The New York Times “Bits” blog carried an item a few weeks ago about electronic coupons, sent to your mobile device at appropriate times:

How many times have you heard the prediction that one day, businesses like coffee shops will send us coupons on our mobile phones when we walk by?

That has long been the dream of mobile marketers. Still, only 9 percent of people have received a coupon or discount code on their phones based on where they were standing, according to new data from Compete, a Web analytics firm.

This could be the year that changes. People are increasingly interested in receiving coupons on their phones, especially at the grocery store, Compete found. On Wednesday, Target announced that it would start sending mobile coupons.

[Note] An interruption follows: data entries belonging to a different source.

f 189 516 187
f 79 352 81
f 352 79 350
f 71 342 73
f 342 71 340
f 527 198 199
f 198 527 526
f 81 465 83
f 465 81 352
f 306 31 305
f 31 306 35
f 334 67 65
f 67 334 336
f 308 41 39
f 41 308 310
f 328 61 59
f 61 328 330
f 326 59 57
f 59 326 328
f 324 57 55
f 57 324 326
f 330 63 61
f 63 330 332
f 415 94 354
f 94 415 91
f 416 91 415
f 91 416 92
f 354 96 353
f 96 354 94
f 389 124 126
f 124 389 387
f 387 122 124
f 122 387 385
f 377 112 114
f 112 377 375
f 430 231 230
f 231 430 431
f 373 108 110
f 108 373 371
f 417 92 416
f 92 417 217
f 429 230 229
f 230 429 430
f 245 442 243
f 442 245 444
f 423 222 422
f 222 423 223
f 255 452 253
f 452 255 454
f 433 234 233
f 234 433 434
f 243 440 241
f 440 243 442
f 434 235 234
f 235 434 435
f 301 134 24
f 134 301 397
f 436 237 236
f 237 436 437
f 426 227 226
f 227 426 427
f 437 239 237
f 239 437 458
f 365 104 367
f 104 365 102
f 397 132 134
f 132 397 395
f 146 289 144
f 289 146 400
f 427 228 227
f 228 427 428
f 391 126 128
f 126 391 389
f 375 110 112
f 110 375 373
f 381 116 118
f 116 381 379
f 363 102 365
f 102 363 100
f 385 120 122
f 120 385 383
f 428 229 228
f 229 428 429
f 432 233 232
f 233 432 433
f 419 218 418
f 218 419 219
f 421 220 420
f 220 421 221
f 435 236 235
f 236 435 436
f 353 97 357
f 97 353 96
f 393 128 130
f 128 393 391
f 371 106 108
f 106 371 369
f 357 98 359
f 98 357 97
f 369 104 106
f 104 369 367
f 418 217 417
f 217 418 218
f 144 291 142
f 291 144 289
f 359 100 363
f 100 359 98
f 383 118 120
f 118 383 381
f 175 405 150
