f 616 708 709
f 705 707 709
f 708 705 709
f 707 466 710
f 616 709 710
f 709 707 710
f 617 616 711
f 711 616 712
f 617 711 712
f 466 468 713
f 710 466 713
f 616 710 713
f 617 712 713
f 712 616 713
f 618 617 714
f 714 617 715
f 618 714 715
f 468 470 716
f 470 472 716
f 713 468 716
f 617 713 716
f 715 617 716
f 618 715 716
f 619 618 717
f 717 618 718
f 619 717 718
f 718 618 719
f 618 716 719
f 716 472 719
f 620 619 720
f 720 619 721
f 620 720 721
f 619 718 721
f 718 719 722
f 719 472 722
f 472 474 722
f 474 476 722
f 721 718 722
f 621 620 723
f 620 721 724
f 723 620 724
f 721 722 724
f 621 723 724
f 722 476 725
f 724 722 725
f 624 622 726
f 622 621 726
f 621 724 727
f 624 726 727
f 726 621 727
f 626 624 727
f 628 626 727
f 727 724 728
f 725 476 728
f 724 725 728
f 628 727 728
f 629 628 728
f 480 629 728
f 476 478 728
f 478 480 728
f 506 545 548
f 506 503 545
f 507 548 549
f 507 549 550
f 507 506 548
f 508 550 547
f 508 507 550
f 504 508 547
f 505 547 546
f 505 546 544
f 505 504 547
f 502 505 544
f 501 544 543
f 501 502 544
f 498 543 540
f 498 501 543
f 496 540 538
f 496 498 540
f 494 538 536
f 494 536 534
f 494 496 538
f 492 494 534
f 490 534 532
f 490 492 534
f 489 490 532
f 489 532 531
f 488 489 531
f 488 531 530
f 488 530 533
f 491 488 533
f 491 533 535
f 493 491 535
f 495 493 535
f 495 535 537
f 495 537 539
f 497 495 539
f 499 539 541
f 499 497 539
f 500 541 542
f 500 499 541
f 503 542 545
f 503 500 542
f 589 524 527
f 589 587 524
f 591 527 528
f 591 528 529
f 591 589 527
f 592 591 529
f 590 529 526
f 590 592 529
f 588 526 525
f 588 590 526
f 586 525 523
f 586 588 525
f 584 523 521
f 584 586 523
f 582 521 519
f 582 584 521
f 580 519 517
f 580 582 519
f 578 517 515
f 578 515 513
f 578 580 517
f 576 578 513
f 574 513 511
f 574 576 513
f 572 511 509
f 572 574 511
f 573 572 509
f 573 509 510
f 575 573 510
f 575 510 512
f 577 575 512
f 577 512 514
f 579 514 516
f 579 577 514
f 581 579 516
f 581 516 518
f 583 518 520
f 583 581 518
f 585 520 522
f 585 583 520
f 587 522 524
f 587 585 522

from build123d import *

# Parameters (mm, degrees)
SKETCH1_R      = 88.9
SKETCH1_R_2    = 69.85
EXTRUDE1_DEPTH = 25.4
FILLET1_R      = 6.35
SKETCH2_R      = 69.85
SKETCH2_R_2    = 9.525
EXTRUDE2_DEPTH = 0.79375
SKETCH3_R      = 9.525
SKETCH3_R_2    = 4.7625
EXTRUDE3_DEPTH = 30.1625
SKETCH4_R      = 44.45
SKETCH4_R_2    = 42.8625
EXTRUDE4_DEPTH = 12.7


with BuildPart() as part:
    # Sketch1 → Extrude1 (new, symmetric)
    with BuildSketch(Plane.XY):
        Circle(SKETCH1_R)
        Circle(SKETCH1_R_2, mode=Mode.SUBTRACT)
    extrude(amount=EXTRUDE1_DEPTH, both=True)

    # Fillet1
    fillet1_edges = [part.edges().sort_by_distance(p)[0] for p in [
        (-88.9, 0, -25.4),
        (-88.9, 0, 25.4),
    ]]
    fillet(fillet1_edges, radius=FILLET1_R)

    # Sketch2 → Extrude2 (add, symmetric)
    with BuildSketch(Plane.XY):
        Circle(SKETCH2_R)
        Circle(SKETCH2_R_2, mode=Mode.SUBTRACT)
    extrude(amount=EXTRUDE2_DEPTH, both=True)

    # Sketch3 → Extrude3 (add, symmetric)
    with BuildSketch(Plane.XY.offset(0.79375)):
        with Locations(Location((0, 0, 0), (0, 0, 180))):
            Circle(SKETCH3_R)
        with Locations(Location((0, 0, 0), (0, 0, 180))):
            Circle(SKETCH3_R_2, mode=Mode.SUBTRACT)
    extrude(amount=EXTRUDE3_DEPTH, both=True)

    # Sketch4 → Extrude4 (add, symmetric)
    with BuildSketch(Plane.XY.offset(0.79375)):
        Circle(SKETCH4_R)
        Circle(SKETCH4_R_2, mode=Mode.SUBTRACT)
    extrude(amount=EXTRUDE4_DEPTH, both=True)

When I worked at IBM Research, several of my co-workers did a project involving a retail establishment and customers’ mobile devices. They dealt with electronic coupons, as well as other uses of the mobile technology, and they wrote a paper about the project. The abstract:

Toward a Mobile Digital Wallet

Mobile phones have now made their way into a large fraction of pockets and handbags worldwide. An intriguing question is whether such phones will eventually replace the physical wallets we carry. We believe the answer is in the affirmative, though plenty of challenges abound in overcoming entrenched personal and business practices and processes. In this paper, we explore the changes that need to ripple through the ecosystem to build a vibrant set of digital wallet services that potentially interact with each other to provide users both with increased convenience and a level of functionality hitherto unrealized. We describe our initial mobile wallet prototypes on web-enabled smart phones, designed to explore some of the challenges in creating the architecture and infrastructure necessary to make this vision a reality. Feedback from users and experts across a range of industries such as retail, banking, telecommunications, and healthcare indicate that we have just scratched the surface and a substantial wave of innovation is necessary to make the digital wallet a full-fledged reality.

Would consumers want to receive coupons and other offers on their phones, or would the interruptions just annoy them, seeming to be spam? My colleagues found that customers in the pilot program liked getting the coupons, and used them. In their paper, they note these results:

  1. The frequency of in-store visits was greater than the visit rate of the baseline loyalty program.
  2. The electronic coupon redemption rate was several times higher than traditional paper coupon redemption rates.

Indeed, going back to the Bits blog in the Times:

Thirty-six percent of consumers said they would like to receive mobile grocery coupons, 29 percent said they want cellphone apps that scan product barcodes for an offer or discount, and 26 percent want coupons from movie theaters.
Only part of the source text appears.